> **Instructions to follow**:
Counting the line with "v -0.5 3.657 15.386" as the last one, copy out the lines of the data exactly from the first onward.

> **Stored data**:
┄┄┄┄┄┄┄┄┄┄┄┄┄┄┄┄┄┄┄┄
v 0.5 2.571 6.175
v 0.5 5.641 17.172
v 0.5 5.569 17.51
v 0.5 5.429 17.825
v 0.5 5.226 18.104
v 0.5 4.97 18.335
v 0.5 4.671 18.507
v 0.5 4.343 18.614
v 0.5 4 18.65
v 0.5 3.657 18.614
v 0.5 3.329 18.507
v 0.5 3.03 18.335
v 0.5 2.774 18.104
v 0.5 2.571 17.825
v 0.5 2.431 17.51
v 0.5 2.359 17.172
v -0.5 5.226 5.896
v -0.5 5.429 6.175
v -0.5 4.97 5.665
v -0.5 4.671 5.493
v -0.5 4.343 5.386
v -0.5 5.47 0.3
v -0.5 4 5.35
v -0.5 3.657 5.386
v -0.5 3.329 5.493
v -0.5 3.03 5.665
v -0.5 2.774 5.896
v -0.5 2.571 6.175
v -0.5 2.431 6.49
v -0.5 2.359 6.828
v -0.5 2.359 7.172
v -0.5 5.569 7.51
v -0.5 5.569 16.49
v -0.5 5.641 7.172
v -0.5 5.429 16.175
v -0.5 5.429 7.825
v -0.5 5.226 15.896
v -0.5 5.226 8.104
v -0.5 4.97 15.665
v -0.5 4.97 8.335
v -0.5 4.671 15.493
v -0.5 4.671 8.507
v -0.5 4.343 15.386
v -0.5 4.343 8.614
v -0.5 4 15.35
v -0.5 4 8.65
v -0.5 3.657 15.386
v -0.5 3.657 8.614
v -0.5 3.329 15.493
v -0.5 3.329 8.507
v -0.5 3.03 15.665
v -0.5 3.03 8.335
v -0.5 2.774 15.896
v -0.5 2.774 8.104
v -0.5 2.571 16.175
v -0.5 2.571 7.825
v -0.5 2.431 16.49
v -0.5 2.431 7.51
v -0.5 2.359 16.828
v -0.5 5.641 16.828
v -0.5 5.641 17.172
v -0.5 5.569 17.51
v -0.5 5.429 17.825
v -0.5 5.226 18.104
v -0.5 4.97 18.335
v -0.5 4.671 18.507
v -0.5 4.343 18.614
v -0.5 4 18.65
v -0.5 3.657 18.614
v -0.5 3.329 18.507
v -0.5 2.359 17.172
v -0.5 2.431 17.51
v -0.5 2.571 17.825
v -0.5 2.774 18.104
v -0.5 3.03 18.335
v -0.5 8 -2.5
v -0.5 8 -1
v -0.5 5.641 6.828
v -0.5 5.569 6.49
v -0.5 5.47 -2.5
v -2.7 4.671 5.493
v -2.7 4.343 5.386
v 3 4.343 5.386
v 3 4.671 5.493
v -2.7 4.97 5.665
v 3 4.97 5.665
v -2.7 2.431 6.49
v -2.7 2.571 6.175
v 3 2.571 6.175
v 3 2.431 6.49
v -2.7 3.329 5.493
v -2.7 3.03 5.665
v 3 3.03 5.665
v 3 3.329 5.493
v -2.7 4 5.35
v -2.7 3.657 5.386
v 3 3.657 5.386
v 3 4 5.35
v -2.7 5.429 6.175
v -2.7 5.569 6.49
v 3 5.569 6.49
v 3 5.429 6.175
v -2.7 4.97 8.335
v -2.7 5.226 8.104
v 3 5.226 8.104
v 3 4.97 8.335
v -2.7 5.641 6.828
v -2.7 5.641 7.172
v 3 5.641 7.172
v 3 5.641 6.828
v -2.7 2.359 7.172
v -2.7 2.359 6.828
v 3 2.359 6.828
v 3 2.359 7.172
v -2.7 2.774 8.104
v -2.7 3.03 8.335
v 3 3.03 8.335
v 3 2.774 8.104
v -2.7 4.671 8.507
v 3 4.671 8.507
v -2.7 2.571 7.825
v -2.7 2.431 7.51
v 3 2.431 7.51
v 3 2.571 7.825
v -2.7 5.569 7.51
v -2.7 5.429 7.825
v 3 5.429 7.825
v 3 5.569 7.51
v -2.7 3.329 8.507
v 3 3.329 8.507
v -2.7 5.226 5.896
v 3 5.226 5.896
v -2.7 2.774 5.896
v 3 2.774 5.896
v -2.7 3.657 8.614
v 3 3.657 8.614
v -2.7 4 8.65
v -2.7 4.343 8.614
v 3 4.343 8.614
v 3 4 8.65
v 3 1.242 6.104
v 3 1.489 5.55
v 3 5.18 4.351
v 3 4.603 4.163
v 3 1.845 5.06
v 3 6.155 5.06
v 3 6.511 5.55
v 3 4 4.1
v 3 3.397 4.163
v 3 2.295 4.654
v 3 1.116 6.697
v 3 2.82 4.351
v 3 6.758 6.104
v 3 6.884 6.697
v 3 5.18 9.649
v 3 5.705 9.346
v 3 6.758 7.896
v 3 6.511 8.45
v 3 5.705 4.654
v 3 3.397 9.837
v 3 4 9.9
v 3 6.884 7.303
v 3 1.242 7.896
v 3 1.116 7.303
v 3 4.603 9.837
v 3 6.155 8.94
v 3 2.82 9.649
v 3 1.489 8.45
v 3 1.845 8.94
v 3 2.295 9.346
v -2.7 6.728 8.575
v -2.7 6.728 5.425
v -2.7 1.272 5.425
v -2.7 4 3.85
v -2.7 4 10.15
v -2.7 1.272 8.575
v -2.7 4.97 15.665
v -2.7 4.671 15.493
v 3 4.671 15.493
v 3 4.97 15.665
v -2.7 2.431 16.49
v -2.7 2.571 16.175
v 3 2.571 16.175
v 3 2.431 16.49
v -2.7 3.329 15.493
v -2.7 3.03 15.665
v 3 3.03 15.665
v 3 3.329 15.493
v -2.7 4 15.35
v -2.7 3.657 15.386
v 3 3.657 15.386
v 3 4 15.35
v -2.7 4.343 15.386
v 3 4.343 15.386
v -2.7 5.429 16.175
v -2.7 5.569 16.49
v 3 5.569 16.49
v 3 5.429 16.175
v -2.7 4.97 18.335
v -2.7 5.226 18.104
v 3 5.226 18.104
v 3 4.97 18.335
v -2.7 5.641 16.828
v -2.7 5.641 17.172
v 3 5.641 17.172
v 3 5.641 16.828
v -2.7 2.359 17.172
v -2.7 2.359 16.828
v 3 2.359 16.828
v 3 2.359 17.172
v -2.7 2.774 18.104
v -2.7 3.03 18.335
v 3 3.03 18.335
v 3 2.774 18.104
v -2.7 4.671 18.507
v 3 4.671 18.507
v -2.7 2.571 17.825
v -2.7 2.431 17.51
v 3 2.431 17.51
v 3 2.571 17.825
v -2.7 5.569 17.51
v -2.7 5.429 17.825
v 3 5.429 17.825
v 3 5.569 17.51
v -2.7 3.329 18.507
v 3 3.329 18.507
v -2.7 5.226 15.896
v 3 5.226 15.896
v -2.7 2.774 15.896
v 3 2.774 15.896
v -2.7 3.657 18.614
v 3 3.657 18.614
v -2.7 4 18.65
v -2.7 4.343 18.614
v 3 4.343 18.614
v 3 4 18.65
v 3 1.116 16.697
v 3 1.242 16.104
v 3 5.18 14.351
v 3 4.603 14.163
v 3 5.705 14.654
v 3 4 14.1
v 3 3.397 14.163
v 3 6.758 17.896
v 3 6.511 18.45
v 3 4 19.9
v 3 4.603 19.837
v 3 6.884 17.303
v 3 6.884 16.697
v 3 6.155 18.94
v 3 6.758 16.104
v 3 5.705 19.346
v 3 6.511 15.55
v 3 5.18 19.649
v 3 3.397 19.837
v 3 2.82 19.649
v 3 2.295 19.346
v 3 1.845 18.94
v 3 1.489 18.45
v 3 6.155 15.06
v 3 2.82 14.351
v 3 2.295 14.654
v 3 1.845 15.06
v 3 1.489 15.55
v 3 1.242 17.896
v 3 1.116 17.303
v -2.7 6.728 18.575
┄┄┄┄┄┄┄┄┄┄┄┄┄┄┄┄┄┄┄┄
> **Response for this exercise**:
v 0.5 2.571 6.175
v 0.5 5.641 17.172
v 0.5 5.569 17.51
v 0.5 5.429 17.825
v 0.5 5.226 18.104
v 0.5 4.97 18.335
v 0.5 4.671 18.507
v 0.5 4.343 18.614
v 0.5 4 18.65
v 0.5 3.657 18.614
v 0.5 3.329 18.507
v 0.5 3.03 18.335
v 0.5 2.774 18.104
v 0.5 2.571 17.825
v 0.5 2.431 17.51
v 0.5 2.359 17.172
v -0.5 5.226 5.896
v -0.5 5.429 6.175
v -0.5 4.97 5.665
v -0.5 4.671 5.493
v -0.5 4.343 5.386
v -0.5 5.47 0.3
v -0.5 4 5.35
v -0.5 3.657 5.386
v -0.5 3.329 5.493
v -0.5 3.03 5.665
v -0.5 2.774 5.896
v -0.5 2.571 6.175
v -0.5 2.431 6.49
v -0.5 2.359 6.828
v -0.5 2.359 7.172
v -0.5 5.569 7.51
v -0.5 5.569 16.49
v -0.5 5.641 7.172
v -0.5 5.429 16.175
v -0.5 5.429 7.825
v -0.5 5.226 15.896
v -0.5 5.226 8.104
v -0.5 4.97 15.665
v -0.5 4.97 8.335
v -0.5 4.671 15.493
v -0.5 4.671 8.507
v -0.5 4.343 15.386
v -0.5 4.343 8.614
v -0.5 4 15.35
v -0.5 4 8.65
v -0.5 3.657 15.386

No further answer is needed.